A aproximadamente una hora de Copenhague, en lados opuestos de una carretera que serpentea a través de la llana campiña danesa, se encuentran dos centros gubernamentales de apariencia plana.
Uno de ellos es el campo de acogida de Sandholm, la primera parada para los refugiados que llegan al país. El segundo, Sjelsmark, es un lugar muy similar. Aquí es donde los inmigrantes esperan una rápida deportación.
Estos sitios gemelos son fundamentales para el sistema de inmigración de Dinamarca. Despiadadamente eficiente y absolutamente despiadada, la política creó un entorno hostil a la inmigración ilegal, que los votantes daneses de izquierda apreciaron en las urnas.

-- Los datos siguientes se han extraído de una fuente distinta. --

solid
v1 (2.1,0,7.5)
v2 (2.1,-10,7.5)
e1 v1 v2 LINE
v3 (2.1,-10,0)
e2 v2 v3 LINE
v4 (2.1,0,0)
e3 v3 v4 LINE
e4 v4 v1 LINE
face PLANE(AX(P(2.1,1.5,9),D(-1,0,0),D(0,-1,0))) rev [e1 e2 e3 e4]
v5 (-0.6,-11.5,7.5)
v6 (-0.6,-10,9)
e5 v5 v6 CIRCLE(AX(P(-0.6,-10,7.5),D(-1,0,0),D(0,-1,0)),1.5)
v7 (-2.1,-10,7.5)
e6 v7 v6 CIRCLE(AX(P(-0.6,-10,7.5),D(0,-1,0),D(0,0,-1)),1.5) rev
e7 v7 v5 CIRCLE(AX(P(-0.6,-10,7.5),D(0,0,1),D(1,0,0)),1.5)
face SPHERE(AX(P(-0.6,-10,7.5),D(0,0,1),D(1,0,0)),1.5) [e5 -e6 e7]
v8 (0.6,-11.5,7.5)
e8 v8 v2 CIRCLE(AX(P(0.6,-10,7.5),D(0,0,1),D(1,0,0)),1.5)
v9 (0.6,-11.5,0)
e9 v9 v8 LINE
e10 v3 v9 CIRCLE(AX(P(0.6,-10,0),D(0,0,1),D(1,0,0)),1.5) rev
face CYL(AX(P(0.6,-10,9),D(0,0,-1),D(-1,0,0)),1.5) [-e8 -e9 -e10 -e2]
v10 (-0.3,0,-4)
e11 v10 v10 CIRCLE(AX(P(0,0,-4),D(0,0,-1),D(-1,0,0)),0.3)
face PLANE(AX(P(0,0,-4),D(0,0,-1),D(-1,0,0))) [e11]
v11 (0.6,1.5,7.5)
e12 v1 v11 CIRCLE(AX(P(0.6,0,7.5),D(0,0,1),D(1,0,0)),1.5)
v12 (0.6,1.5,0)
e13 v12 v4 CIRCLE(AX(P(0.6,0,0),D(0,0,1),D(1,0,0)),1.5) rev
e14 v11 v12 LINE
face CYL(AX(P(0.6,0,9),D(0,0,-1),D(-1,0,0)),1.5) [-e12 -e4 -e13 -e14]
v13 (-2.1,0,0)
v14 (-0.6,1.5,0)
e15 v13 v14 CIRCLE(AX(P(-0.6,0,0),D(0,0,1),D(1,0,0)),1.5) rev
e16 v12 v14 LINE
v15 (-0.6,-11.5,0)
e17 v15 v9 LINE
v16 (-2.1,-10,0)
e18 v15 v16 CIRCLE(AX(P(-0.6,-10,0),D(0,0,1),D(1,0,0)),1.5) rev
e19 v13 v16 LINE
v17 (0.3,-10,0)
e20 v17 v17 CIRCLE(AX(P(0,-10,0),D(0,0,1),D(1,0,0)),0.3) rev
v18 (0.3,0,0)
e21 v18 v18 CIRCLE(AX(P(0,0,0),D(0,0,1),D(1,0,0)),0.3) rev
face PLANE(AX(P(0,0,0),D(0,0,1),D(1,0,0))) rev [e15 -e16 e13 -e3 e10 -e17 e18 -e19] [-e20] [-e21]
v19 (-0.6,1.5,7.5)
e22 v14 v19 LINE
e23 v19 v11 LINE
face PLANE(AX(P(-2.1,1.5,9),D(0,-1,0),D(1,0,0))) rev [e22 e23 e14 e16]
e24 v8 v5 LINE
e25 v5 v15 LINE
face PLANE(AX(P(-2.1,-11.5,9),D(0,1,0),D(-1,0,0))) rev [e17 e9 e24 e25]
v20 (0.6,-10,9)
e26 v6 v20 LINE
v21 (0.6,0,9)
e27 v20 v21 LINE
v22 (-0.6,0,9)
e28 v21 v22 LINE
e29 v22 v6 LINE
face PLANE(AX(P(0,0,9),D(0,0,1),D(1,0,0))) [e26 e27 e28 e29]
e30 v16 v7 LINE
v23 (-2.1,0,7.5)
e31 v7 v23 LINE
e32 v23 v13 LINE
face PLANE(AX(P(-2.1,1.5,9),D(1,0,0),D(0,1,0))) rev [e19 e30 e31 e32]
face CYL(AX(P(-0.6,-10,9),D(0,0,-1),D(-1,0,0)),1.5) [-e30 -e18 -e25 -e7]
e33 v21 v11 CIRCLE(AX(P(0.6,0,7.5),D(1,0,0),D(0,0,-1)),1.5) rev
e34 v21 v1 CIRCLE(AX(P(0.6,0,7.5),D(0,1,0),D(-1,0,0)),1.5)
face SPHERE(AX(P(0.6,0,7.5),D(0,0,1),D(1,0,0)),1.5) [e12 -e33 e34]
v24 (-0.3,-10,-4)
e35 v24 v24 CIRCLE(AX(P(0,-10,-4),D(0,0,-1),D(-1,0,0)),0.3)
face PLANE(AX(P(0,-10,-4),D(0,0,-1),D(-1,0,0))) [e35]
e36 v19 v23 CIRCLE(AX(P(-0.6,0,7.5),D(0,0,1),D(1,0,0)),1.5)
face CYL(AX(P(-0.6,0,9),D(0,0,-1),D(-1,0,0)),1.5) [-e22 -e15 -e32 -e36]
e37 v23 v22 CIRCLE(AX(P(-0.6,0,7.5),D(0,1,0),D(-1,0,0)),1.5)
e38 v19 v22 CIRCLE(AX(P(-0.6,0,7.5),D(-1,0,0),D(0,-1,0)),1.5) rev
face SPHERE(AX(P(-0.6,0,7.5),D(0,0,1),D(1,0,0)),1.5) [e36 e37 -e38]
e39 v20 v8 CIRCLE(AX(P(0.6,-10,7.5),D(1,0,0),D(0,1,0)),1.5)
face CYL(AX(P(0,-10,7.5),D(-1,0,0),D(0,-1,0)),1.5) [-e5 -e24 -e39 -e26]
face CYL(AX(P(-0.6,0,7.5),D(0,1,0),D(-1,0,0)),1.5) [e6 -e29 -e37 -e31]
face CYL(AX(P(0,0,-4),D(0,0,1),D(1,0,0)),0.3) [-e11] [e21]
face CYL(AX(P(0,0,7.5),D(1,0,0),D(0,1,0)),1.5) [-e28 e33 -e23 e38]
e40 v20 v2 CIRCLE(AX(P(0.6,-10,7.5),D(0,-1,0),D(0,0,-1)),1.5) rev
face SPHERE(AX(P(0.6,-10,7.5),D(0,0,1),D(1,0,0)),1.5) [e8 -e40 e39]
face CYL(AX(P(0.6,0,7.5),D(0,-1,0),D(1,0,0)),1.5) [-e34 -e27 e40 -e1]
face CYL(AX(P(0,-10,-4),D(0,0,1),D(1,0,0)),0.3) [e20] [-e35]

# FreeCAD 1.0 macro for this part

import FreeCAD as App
import Part
import Sketcher
from FreeCAD import Vector


def edges_at(feature, points):
    """Names of the edges that pass closest to the given points."""
    edges = feature.Shape.Edges
    near = lambda p: min(range(len(edges)), key=lambda i: edges[i].distToShape(Part.Vertex(*p))[0])
    return sorted({f"Edge{near(p) + 1}" for p in points})


def add_polygon(sketch, points):
    """Adds a closed chain of lines whose ends are joined by coincident constraints."""
    first, n = sketch.GeometryCount, len(points)
    for a, b in zip(points, points[1:] + points[:1]):
        sketch.addGeometry(Part.LineSegment(App.Vector(*a, 0), App.Vector(*b, 0)), False)
    for i in range(n):
        sketch.addConstraint(Sketcher.Constraint("Coincident", first + i, 2, first + (i + 1) % n, 1))

doc = App.newDocument("Part")
params = doc.addObject("Spreadsheet::Sheet", "Params")
for row, (alias, value) in enumerate([
    ("sketch1_height", "13 mm"),
    ("sketch1_width", "4.2 mm"),
    ("pad1_length", "9 mm"),
    ("sketch2_diameter", "0.6 mm"),
    ("pad2_length", "4 mm"),
    ("fillet_radius", "1.5 mm"),
], start=1):
    params.set(f"A{row}", alias)
    params.set(f"B{row}", "=" + value)
    params.setAlias(f"B{row}", alias)

body = doc.addObject("PartDesign::Body", "Body")

# Sketch on XY plane
sketch1 = doc.addObject("Sketcher::SketchObject", "Sketch")
body.addObject(sketch1)
sketch1.AttachmentSupport = (doc.XY_Plane, [""])
sketch1.MapMode = "FlatFace"
add_polygon(sketch1, [(-2.1, 1.5), (-2.1, -11.5), (2.1, -11.5), (2.1, 1.5)])  # lines 0-3
sketch1.addConstraint(Sketcher.Constraint("Vertical", 0))
sketch1.addConstraint(Sketcher.Constraint("Horizontal", 1))
sketch1.addConstraint(Sketcher.Constraint("Vertical", 2))
sketch1.addConstraint(Sketcher.Constraint("Horizontal", 3))
sketch1.addConstraint(Sketcher.Constraint("DistanceY", 0, 2, 0, 1, 13.0))
sketch1.addConstraint(Sketcher.Constraint("DistanceX", 1, 1, 1, 2, 4.2))
sketch1.addConstraint(Sketcher.Constraint("DistanceX", 0, 2, -1, 1, 2.1))
sketch1.addConstraint(Sketcher.Constraint("DistanceY", 0, 2, -1, 1, 11.5))
sketch1.setExpression("Constraints[8]", "Params.sketch1_height")
sketch1.setExpression("Constraints[9]", "Params.sketch1_width")
pad1 = doc.addObject("PartDesign::Pad", "Pad")
body.addObject(pad1)
pad1.Profile = sketch1
pad1.setExpression("Length", "Params.pad1_length")

# Sketch on XY plane
sketch2 = doc.addObject("Sketcher::SketchObject", "Sketch001")
body.addObject(sketch2)
sketch2.AttachmentSupport = (doc.XY_Plane, [""])
sketch2.MapMode = "FlatFace"
sketch2.addGeometry(Part.Circle(Vector(0, 0, 0), Vector(0, 0, 1), 0.3), False)
sketch2.addGeometry(Part.Circle(Vector(0, -10, 0), Vector(0, 0, 1), 0.3), False)
sketch2.addConstraint(Sketcher.Constraint("Coincident", 0, 3, -1, 1))
sketch2.addConstraint(Sketcher.Constraint("Equal", 0, 1))
sketch2.addConstraint(Sketcher.Constraint("PointOnObject", 1, 3, -2))
sketch2.addConstraint(Sketcher.Constraint("Diameter", 0, 0.6))
sketch2.addConstraint(Sketcher.Constraint("DistanceY", 1, 3, -1, 1, 10.0))
sketch2.setExpression("Constraints[3]", "Params.sketch2_diameter")
pad2 = doc.addObject("PartDesign::Pad", "Pad001")
body.addObject(pad2)
pad2.Profile = sketch2
pad2.setExpression("Length", "Params.pad2_length")
pad2.Reversed = True
doc.recompute()

fillet = doc.addObject("PartDesign::Fillet", "Fillet")
body.addObject(fillet)
fillet.Base = (pad2, edges_at(pad2, [
    (2.1, -5, 9),
    (0, 1.5, 9),
    (-2.1, -5, 9),
    (0, -11.5, 9),
    (-2.1, 1.5, 4.5),
    (2.1, 1.5, 4.5),
    (2.1, -11.5, 4.5),
    (-2.1, -11.5, 4.5),
]))
fillet.setExpression("Radius", "Params.fillet_radius")

doc.recompute()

Una vez que se emite una orden de deportación (que suele ser el caso), las solicitudes de clemencia se ignoran. Un migrante retrasado es escoltado de regreso a su país de origen por guardias daneses y, a menudo, por un funcionario de la Unión Europea.
Los deportados son entregados a la policía en su destino. Y como dicen los daneses, aquí se acabó el asunto.
No es de extrañar que Sir Keir Stormer esté mirando el modelo danés mientras intenta abordar nuestra propia inmigración descontrolada, sin mencionar nuestro abismal fracaso a la hora de expulsar a aquellos que no tienen derecho a estar aquí.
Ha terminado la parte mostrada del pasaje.